→ **What this task involves**:
In the records that follow, the lines from the one containing "#202=PLANE('',#201);" to the one containing "#209=FACE_BOUND('',#208,.T.);", inclusive, are to be given again exactly.

[Stored items]
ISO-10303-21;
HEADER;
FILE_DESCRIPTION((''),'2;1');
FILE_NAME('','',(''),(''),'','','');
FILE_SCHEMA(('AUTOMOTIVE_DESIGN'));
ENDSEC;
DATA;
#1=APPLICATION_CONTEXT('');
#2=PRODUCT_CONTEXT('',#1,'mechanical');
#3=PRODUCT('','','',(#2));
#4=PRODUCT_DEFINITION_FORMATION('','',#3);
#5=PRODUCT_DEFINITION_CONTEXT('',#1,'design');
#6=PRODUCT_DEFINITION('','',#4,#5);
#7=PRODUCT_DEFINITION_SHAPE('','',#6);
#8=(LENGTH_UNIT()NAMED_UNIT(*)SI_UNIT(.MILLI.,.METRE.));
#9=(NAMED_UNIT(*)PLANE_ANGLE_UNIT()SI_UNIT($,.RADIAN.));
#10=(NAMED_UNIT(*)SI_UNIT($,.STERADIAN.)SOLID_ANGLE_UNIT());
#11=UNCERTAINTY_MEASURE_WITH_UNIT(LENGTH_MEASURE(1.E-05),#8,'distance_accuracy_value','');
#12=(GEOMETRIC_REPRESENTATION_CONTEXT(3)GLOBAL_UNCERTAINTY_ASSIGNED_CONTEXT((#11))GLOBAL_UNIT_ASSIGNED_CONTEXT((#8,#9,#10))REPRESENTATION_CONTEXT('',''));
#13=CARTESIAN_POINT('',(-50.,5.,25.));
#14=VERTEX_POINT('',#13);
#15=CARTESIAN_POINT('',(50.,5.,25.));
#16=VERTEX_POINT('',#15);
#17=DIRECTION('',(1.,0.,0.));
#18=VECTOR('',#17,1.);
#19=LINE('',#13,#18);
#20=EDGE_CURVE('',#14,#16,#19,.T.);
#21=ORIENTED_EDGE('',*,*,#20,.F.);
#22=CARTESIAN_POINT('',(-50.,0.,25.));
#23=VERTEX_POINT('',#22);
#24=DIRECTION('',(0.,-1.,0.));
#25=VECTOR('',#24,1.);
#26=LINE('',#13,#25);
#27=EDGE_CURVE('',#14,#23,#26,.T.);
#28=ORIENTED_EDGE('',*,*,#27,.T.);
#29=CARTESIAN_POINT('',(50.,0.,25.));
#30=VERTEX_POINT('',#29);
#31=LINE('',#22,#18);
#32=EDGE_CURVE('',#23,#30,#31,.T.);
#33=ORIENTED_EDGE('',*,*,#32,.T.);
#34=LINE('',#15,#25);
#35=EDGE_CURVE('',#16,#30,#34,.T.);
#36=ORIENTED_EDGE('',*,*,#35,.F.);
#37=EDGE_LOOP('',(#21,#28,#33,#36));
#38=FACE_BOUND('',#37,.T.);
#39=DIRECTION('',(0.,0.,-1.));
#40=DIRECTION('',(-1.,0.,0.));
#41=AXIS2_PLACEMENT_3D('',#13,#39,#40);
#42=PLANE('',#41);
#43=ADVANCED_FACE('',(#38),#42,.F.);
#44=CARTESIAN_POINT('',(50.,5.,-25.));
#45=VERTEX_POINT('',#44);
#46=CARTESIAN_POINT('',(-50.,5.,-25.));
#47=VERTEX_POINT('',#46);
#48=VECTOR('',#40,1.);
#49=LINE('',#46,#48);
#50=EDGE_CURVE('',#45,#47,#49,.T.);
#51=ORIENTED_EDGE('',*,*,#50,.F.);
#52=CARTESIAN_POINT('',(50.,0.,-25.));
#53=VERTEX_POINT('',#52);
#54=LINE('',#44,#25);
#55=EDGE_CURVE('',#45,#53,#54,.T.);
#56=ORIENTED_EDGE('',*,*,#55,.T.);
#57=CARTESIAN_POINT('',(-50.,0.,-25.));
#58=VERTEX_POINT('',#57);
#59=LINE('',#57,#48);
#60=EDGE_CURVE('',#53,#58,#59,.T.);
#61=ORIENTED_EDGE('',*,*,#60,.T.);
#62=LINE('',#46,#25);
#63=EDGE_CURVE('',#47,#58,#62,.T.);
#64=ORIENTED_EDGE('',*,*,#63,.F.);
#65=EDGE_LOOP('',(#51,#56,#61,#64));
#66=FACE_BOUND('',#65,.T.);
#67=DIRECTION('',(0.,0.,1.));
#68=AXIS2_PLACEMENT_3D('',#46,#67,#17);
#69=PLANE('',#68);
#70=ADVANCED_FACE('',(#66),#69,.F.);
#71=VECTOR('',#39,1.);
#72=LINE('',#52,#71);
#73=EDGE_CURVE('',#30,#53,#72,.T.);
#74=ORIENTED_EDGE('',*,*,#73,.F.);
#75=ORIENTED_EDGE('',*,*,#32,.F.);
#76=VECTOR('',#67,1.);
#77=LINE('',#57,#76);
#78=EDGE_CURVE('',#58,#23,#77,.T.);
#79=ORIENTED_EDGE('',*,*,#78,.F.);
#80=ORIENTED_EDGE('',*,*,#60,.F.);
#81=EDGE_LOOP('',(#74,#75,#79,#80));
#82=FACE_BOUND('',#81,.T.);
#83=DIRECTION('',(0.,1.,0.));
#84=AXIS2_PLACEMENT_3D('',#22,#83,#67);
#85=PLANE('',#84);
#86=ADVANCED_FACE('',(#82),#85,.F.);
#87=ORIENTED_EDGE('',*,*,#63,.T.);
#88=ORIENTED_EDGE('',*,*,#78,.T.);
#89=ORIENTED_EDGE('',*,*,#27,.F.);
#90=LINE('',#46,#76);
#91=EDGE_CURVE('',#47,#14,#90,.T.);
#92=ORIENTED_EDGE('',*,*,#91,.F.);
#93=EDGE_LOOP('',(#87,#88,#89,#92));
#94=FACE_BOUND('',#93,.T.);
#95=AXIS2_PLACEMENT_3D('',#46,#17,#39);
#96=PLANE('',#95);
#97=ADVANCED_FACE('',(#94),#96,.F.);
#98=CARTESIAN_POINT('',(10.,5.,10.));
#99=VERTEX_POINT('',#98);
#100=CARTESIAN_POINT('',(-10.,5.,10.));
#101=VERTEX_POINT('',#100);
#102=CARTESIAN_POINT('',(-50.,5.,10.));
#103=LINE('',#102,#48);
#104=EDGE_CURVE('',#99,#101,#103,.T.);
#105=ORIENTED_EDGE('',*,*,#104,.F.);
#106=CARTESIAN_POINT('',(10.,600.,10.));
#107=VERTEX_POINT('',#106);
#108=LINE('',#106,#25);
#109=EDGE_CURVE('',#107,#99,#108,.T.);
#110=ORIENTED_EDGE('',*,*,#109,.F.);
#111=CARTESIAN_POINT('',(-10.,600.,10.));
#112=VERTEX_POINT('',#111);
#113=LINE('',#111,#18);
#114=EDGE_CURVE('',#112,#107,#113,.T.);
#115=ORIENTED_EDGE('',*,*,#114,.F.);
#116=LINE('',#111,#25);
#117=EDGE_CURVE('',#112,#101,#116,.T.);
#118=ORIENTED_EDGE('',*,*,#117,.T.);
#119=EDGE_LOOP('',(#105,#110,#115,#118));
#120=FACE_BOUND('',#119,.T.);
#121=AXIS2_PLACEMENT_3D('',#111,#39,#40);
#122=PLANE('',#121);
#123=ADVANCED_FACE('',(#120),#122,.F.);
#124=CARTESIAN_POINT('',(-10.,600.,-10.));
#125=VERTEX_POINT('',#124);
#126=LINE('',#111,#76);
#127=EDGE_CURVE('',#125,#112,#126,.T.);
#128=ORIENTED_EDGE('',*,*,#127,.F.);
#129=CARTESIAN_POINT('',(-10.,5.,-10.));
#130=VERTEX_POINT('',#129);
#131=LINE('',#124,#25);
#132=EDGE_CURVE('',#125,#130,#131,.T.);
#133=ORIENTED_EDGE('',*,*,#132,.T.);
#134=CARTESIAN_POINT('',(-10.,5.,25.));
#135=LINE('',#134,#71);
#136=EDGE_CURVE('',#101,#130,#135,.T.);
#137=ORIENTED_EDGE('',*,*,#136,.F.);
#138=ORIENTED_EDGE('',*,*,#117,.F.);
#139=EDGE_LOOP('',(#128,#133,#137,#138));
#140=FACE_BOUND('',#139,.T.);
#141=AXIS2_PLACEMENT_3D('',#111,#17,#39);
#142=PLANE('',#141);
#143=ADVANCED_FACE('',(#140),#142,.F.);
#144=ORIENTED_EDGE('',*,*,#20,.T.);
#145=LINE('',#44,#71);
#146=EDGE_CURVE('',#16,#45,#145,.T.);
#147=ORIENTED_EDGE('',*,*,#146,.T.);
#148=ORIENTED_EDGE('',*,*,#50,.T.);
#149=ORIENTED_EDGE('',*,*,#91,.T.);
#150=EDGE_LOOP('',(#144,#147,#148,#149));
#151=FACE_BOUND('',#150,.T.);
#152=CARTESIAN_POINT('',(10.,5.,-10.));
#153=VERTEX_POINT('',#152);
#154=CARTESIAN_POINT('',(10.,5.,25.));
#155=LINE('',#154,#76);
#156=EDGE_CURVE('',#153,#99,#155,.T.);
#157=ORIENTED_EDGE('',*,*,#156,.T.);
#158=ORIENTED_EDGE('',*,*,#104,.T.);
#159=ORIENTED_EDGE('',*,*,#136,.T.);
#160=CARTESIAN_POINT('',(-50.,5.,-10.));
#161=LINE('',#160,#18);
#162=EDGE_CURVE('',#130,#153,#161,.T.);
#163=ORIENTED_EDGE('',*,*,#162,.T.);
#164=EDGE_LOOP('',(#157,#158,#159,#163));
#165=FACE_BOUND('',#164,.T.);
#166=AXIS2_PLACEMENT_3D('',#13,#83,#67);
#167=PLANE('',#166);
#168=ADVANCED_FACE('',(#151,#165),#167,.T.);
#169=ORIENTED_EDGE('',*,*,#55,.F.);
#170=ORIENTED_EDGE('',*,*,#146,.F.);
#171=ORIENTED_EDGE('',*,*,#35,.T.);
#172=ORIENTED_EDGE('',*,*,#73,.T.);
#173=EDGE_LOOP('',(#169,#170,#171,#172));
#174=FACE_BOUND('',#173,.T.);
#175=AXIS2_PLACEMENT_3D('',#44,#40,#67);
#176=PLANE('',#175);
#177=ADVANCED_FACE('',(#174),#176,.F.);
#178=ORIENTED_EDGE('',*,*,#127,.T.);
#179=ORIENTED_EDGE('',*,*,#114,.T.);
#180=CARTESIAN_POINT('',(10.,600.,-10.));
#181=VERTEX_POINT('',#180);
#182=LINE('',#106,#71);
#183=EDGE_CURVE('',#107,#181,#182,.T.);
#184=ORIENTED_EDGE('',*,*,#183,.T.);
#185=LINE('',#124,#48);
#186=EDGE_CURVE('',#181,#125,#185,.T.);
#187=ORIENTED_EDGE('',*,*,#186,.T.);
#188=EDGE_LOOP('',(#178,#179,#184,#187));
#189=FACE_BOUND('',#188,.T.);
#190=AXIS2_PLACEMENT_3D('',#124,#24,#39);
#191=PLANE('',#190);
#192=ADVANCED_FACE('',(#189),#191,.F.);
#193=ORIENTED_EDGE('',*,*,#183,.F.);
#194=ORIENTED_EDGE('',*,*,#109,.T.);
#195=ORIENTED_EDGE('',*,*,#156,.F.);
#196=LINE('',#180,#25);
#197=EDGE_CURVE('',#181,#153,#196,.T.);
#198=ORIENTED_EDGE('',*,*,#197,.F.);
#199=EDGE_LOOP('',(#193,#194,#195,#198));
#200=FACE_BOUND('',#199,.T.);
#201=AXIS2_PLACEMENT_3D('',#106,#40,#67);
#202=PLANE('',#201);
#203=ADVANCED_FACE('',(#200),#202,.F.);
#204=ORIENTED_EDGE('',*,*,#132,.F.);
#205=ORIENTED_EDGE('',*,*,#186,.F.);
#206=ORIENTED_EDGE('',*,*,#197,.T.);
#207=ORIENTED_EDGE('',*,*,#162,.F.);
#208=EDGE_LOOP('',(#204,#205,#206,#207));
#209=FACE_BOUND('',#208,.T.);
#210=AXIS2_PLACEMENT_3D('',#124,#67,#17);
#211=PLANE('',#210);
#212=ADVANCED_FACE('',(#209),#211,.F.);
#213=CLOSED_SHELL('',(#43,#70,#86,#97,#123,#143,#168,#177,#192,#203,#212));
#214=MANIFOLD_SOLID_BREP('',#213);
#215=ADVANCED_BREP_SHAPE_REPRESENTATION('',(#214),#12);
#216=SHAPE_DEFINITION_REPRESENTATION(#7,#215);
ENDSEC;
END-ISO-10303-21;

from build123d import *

# Parameters (mm, degrees)
SKETCH1_W      = 100
SKETCH1_H      = 50
EXTRUDE1_DEPTH = 5
SKETCH2_W      = 20
SKETCH2_H      = 20
EXTRUDE2_DEPTH = 600


with BuildPart() as part:
    # Sketch1 → Extrude1 (new body)
    with BuildSketch(Plane(origin=(0, 0, 0), x_dir=(1, 0, 0), z_dir=(0, 1, 0))):
        Rectangle(SKETCH1_W, SKETCH1_H)
    extrude(amount=EXTRUDE1_DEPTH)

    # Sketch2 → Extrude2 (add)
    with BuildSketch(Plane(origin=(0, 0, 0), x_dir=(1, 0, 0), z_dir=(0, 1, 0))):
        Rectangle(SKETCH2_W, SKETCH2_H)
    extrude(amount=EXTRUDE2_DEPTH)


solid = part.part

→ **Answer box**:
#202=PLANE('',#201);
#203=ADVANCED_FACE('',(#200),#202,.F.);
#204=ORIENTED_EDGE('',*,*,#132,.F.);
#205=ORIENTED_EDGE('',*,*,#186,.F.);
#206=ORIENTED_EDGE('',*,*,#197,.T.);
#207=ORIENTED_EDGE('',*,*,#162,.F.);
#208=EDGE_LOOP('',(#204,#205,#206,#207));
#209=FACE_BOUND('',#208,.T.);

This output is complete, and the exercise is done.